(Data to use begins)
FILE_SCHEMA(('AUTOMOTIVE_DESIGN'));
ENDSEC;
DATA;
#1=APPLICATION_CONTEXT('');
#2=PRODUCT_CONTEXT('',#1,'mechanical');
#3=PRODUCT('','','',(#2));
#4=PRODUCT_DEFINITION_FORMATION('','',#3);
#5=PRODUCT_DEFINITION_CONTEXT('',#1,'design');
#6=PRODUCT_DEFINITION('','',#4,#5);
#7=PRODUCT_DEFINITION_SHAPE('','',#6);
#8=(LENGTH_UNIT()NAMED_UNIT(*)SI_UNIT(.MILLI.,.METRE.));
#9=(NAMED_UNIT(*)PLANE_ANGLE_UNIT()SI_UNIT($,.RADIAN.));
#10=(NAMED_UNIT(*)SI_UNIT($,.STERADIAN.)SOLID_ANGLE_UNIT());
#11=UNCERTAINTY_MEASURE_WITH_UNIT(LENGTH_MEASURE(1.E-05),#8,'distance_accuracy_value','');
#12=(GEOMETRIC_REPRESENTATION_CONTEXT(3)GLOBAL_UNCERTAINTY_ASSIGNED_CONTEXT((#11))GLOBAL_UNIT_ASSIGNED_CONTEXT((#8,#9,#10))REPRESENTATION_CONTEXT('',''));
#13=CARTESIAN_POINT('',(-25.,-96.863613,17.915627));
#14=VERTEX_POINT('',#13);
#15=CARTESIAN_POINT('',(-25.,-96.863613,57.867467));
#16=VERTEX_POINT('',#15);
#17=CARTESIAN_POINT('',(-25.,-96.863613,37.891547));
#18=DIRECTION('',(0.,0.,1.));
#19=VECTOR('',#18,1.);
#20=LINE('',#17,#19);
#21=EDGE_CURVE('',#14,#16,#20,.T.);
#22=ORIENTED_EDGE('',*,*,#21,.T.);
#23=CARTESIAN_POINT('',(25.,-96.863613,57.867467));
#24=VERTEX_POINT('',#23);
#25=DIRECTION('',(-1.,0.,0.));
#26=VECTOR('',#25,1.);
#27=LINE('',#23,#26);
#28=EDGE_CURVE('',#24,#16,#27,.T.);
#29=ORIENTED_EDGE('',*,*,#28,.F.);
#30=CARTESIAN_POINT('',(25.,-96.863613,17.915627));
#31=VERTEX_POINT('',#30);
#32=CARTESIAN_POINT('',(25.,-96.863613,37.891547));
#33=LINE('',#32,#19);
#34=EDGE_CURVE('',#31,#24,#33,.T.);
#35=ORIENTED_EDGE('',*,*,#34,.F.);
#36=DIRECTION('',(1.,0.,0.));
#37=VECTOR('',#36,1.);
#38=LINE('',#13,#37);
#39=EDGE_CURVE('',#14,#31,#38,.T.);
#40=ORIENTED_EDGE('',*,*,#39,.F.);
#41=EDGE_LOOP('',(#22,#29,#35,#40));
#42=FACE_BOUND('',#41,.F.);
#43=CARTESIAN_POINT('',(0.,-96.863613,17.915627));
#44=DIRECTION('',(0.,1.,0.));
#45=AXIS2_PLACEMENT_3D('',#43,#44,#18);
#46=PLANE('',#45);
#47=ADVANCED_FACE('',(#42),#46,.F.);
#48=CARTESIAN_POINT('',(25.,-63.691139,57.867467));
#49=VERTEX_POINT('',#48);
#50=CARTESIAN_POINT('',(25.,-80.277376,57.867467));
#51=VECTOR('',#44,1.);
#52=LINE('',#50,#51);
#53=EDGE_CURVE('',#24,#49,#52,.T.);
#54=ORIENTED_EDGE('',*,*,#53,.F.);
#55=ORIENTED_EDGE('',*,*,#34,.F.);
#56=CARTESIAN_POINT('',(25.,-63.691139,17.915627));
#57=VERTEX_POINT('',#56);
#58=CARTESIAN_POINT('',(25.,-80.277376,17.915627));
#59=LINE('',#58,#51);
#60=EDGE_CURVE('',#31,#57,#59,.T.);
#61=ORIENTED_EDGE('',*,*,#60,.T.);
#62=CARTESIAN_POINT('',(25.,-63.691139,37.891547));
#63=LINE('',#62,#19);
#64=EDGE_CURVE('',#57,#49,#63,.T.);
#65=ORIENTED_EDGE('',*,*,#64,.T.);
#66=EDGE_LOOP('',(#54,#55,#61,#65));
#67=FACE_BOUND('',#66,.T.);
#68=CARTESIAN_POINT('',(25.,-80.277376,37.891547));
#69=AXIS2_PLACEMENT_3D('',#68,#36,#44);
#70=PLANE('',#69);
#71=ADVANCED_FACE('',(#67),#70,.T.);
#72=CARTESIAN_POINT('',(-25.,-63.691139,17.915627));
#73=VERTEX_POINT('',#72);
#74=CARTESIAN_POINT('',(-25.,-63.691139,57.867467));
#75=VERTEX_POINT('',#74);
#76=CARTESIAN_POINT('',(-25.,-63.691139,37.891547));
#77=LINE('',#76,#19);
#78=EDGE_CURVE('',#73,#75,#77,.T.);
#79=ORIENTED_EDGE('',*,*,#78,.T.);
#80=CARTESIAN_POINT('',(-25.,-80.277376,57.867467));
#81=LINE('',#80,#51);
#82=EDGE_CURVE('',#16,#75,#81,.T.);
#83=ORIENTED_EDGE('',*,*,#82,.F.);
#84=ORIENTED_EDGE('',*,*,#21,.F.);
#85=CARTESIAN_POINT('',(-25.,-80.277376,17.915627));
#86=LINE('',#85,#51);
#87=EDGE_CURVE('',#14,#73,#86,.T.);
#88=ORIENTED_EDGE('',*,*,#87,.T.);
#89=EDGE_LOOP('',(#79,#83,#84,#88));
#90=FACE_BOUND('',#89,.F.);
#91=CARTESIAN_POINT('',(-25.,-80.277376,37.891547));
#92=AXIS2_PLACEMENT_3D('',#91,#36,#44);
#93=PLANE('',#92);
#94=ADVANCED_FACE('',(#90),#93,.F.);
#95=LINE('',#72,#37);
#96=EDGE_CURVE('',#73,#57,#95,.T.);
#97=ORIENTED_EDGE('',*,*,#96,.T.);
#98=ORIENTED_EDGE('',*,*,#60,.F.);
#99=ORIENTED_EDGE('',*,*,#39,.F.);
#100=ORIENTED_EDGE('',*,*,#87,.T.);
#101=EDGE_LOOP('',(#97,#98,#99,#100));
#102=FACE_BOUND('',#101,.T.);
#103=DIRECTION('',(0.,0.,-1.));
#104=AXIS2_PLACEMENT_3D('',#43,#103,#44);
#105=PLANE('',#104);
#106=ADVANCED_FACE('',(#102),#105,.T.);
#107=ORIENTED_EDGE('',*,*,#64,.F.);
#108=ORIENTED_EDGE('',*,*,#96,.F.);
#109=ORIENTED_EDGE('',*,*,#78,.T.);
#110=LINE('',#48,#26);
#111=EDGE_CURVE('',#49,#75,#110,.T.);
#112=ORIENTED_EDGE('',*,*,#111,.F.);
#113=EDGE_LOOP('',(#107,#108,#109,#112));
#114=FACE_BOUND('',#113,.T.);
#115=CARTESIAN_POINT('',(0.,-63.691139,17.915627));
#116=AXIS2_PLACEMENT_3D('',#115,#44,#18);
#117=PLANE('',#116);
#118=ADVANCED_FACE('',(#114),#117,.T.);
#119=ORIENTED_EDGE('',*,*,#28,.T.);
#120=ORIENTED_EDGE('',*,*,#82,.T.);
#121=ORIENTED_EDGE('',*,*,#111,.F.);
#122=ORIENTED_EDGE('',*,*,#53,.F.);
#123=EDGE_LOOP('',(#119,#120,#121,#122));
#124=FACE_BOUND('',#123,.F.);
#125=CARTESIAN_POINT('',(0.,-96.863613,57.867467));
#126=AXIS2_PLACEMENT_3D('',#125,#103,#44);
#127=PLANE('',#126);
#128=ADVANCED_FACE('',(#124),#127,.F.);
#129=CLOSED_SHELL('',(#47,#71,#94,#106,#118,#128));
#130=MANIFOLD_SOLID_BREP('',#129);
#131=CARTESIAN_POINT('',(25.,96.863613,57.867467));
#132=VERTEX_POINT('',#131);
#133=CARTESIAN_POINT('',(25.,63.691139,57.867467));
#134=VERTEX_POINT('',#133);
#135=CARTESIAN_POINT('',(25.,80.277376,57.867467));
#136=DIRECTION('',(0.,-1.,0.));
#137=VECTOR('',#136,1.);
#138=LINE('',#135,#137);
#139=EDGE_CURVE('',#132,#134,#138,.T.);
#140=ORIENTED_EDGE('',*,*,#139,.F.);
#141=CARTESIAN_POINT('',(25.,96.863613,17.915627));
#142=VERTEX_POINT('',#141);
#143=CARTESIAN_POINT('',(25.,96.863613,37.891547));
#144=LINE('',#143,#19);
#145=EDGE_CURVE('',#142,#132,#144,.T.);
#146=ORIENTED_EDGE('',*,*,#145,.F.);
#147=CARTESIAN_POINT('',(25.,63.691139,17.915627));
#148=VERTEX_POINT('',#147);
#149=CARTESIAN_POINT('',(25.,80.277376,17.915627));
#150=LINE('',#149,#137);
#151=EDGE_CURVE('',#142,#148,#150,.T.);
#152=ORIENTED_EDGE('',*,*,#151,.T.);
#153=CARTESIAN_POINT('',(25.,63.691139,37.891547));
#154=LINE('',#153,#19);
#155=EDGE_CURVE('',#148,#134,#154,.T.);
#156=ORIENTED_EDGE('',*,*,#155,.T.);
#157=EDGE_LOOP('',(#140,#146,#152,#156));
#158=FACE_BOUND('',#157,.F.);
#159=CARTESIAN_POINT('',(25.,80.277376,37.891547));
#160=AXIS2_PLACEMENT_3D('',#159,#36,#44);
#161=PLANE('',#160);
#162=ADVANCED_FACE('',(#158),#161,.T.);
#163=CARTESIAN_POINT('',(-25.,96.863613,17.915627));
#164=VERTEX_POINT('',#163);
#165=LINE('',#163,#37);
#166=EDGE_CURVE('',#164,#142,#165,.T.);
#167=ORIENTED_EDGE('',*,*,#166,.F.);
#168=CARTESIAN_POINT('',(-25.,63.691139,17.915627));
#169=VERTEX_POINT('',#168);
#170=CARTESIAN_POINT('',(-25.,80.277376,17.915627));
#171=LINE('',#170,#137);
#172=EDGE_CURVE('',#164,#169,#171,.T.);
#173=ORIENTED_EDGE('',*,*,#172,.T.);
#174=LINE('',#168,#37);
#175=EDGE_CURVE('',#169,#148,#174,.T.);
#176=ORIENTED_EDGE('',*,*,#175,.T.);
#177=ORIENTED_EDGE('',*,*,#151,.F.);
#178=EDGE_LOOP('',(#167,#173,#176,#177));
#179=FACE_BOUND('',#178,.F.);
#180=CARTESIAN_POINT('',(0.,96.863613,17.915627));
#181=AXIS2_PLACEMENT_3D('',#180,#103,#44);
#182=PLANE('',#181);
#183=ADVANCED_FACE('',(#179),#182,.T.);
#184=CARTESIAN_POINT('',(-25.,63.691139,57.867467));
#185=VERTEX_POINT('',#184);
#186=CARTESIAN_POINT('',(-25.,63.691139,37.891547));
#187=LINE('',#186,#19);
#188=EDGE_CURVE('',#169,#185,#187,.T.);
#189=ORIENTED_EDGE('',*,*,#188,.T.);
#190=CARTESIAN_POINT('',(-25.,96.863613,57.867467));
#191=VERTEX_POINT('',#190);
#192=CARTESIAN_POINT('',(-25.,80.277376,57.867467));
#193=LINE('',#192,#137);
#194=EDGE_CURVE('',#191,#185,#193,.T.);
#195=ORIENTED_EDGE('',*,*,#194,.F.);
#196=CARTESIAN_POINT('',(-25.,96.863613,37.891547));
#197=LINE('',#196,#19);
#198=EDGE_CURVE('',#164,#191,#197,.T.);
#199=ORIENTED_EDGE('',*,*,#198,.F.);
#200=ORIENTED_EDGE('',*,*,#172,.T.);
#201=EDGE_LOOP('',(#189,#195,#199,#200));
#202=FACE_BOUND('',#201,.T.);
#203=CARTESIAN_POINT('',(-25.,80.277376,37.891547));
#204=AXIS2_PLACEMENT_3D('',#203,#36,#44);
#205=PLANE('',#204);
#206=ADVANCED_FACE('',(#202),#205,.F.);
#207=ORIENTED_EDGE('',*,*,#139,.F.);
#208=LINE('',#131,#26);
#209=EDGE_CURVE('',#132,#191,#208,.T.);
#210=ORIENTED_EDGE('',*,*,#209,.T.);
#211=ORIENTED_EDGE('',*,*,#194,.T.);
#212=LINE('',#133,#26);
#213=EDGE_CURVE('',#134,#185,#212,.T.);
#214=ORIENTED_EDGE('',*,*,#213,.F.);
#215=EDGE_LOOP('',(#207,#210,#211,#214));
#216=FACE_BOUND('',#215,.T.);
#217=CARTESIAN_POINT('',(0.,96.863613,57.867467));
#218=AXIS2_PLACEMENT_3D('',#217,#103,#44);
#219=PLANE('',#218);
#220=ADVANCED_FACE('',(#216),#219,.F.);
(Data to use ends)
The task: Only the lines above that include the word "DIRECTION" belong in the answer; copy each one.

Answer for this exercise:
#18=DIRECTION('',(0.,0.,1.));
#25=DIRECTION('',(-1.,0.,0.));
#36=DIRECTION('',(1.,0.,0.));
#44=DIRECTION('',(0.,1.,0.));
#103=DIRECTION('',(0.,0.,-1.));
#136=DIRECTION('',(0.,-1.,0.));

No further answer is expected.